▶ [Task objective]:
In the records below, the line with "#137=ORIENTED_EDGE('',*,*,#136,.F.);" opens the range and the line with "#150=ORIENTED_EDGE('',*,*,#149,.F.);" closes it; print that range exactly and nothing else.

----------

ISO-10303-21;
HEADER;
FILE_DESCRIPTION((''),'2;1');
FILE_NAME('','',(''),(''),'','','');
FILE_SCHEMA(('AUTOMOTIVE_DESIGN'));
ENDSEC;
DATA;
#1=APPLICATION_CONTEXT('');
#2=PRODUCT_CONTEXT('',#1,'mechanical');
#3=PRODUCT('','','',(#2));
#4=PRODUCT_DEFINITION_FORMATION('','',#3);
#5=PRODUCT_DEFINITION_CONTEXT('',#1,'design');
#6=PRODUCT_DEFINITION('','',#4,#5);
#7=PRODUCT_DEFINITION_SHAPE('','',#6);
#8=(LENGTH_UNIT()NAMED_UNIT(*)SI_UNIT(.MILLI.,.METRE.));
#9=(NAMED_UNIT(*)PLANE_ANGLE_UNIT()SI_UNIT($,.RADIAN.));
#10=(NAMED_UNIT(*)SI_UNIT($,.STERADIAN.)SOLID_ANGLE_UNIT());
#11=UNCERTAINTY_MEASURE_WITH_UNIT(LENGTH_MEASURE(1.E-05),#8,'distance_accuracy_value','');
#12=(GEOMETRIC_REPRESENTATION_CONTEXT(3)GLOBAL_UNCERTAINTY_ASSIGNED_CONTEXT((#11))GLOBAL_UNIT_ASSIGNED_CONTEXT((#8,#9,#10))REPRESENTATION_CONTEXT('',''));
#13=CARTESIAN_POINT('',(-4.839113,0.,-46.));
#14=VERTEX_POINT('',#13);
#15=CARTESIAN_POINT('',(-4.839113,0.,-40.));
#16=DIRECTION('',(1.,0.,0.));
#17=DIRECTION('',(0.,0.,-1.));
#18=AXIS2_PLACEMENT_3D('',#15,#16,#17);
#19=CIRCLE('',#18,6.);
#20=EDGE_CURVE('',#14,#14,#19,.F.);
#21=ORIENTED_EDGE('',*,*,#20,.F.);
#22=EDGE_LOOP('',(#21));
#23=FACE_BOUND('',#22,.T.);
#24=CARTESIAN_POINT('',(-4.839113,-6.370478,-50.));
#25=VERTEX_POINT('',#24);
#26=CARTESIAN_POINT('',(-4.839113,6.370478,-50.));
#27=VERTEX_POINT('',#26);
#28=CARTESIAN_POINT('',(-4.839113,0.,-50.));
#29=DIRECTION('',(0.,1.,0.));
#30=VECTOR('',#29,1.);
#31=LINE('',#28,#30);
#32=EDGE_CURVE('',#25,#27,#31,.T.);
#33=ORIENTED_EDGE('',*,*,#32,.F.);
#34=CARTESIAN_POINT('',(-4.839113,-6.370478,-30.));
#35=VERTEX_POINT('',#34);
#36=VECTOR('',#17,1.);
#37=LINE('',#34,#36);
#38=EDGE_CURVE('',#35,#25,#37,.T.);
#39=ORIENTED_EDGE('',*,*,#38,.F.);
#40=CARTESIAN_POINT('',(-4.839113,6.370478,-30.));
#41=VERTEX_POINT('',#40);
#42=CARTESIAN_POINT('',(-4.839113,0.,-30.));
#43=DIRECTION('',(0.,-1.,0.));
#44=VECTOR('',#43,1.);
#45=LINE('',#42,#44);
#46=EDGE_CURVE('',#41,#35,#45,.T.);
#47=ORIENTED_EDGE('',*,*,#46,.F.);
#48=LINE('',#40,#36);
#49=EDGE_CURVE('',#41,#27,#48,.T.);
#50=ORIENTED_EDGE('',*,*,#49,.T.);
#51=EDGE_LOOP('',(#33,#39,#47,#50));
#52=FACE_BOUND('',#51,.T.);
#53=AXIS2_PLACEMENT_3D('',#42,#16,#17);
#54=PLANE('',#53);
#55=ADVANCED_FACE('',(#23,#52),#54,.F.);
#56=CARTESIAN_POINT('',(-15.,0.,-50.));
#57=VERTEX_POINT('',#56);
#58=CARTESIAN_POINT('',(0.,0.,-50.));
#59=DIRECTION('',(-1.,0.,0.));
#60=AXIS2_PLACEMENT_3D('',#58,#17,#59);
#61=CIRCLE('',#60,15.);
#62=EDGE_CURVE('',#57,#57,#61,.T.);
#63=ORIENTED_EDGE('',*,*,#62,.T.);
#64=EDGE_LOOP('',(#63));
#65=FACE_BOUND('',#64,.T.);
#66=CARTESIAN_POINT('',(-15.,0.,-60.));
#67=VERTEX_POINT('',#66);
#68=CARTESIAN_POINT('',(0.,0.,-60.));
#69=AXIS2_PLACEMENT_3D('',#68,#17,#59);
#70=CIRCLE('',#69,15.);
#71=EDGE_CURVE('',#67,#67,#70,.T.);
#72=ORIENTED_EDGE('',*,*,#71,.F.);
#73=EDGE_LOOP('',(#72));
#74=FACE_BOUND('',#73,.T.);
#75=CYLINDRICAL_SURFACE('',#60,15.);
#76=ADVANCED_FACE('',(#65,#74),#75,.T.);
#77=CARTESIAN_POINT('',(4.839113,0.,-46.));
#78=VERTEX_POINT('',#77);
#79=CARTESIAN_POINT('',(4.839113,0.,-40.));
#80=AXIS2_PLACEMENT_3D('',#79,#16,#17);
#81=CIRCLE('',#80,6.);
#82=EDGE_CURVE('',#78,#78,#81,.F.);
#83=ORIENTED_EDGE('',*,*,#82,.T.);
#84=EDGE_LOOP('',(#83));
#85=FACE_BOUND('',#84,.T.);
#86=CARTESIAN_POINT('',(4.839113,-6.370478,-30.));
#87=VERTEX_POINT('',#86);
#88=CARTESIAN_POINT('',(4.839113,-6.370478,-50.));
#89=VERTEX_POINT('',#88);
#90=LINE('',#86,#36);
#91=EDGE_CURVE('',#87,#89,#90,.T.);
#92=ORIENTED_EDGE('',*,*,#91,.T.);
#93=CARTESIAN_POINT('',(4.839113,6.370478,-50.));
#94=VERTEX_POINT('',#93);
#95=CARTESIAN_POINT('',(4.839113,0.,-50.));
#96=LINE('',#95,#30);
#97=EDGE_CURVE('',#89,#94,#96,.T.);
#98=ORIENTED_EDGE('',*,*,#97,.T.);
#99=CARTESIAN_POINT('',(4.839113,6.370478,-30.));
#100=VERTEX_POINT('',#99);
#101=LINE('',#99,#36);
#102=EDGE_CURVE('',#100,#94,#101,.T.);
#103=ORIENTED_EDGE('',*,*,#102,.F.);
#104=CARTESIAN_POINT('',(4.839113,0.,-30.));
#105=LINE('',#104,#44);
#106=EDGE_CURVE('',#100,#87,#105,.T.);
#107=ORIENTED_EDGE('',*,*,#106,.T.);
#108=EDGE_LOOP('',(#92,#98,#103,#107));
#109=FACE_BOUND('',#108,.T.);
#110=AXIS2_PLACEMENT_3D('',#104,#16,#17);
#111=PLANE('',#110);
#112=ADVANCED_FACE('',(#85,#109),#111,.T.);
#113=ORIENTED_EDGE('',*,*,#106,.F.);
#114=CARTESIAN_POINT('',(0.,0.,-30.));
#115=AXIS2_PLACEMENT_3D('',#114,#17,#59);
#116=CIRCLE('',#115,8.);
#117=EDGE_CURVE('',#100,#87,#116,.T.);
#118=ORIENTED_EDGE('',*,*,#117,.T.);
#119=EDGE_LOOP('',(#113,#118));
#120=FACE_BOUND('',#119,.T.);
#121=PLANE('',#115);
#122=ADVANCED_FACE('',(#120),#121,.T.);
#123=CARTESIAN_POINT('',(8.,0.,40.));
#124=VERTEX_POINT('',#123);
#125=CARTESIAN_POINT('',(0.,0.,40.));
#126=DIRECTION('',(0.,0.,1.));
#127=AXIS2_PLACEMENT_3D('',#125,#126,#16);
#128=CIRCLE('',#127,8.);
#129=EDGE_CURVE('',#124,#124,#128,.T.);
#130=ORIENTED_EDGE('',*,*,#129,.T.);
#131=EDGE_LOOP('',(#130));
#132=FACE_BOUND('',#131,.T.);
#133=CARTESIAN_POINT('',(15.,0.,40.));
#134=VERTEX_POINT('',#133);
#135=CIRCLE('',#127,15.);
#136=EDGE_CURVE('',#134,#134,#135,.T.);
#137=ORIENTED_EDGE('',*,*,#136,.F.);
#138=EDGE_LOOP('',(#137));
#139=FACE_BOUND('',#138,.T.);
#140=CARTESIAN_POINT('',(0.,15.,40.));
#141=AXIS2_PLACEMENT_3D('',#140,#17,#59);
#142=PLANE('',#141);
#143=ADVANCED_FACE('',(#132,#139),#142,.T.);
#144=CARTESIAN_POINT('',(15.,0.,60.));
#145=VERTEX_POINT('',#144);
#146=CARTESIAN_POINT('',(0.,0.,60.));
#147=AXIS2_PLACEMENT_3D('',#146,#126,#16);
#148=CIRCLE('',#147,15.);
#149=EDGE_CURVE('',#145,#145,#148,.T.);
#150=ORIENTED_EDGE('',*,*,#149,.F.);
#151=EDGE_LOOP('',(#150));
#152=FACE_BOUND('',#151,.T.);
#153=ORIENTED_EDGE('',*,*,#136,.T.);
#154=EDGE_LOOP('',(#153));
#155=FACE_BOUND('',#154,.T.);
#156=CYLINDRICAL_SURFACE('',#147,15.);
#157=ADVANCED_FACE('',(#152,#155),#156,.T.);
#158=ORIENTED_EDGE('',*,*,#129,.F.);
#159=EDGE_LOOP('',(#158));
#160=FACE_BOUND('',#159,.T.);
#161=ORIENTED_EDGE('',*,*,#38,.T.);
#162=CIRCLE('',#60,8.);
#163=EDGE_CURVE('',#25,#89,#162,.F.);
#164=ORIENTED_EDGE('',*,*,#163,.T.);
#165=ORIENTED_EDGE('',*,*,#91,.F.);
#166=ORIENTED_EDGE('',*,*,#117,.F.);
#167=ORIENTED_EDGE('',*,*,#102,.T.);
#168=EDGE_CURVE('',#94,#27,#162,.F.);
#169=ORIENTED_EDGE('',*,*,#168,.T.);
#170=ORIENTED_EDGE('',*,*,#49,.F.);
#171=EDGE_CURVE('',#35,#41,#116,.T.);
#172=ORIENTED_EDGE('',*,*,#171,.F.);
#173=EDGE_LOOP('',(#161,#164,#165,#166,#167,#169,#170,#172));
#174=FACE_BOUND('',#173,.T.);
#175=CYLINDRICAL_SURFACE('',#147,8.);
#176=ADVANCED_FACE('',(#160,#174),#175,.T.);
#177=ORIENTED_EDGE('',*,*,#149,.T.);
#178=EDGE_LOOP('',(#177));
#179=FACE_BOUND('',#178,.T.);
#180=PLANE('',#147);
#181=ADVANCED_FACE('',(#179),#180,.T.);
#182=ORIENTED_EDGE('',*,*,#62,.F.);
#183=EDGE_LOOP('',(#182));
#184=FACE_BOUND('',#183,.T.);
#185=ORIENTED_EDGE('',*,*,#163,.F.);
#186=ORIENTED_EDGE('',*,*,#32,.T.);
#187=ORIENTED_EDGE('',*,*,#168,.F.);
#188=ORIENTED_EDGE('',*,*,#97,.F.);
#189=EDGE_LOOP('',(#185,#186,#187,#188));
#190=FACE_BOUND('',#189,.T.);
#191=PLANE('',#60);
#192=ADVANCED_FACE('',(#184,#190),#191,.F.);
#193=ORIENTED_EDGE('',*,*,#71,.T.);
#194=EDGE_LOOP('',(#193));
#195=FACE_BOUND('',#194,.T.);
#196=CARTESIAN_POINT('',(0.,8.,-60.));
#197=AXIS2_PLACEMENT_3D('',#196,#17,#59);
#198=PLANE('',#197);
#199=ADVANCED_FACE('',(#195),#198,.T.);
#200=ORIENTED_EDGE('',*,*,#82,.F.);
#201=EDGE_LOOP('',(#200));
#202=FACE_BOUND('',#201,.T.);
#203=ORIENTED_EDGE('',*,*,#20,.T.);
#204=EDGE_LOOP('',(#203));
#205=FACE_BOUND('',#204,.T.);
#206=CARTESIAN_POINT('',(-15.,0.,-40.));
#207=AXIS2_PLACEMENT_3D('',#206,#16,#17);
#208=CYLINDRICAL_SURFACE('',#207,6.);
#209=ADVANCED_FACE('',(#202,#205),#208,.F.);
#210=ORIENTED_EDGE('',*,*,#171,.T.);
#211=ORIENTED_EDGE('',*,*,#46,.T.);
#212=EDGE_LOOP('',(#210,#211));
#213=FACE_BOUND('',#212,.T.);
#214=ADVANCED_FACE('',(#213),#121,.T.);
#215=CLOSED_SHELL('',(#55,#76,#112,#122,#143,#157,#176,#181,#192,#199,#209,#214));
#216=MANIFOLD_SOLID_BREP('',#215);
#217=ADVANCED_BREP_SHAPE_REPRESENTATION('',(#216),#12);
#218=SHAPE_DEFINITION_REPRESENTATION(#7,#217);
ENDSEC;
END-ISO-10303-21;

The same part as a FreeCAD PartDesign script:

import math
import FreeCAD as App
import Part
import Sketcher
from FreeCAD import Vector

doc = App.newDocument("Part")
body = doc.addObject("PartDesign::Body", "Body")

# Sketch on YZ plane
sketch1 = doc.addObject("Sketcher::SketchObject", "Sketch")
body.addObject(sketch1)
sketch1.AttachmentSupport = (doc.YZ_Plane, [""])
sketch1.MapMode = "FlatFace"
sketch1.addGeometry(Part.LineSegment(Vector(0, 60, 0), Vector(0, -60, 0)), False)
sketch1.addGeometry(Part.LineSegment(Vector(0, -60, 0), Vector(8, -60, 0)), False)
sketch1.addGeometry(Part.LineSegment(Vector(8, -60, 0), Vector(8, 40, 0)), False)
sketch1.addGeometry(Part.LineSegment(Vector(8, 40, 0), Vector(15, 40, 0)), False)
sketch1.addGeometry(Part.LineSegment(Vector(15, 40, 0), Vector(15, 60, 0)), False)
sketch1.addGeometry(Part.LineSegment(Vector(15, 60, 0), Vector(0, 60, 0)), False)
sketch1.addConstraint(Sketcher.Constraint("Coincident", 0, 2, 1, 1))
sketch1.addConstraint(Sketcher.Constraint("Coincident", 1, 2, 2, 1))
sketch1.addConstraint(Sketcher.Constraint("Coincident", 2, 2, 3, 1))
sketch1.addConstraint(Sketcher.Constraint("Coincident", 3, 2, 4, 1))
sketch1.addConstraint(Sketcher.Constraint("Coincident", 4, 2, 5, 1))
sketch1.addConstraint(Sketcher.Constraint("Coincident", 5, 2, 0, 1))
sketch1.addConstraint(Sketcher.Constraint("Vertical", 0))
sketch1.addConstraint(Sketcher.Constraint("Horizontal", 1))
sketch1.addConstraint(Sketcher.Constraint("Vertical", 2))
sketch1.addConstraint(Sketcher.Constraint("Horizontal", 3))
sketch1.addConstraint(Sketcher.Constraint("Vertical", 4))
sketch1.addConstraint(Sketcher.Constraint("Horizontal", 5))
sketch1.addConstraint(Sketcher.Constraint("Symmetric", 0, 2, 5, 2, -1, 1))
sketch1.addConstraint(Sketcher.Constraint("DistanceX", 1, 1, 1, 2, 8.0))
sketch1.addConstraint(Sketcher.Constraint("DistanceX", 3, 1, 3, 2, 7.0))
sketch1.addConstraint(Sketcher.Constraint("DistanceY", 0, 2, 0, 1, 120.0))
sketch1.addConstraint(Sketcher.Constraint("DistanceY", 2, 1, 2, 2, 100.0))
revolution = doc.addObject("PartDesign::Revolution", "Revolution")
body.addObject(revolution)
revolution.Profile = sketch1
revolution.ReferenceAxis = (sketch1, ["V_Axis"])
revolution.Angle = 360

----------

▶ [Task answer]:
#137=ORIENTED_EDGE('',*,*,#136,.F.);
#138=EDGE_LOOP('',(#137));
#139=FACE_BOUND('',#138,.T.);
#140=CARTESIAN_POINT('',(0.,15.,40.));
#141=AXIS2_PLACEMENT_3D('',#140,#17,#59);
#142=PLANE('',#141);
#143=ADVANCED_FACE('',(#132,#139),#142,.T.);
#144=CARTESIAN_POINT('',(15.,0.,60.));
#145=VERTEX_POINT('',#144);
#146=CARTESIAN_POINT('',(0.,0.,60.));
#147=AXIS2_PLACEMENT_3D('',#146,#126,#16);
#148=CIRCLE('',#147,15.);
#149=EDGE_CURVE('',#145,#145,#148,.T.);
#150=ORIENTED_EDGE('',*,*,#149,.F.);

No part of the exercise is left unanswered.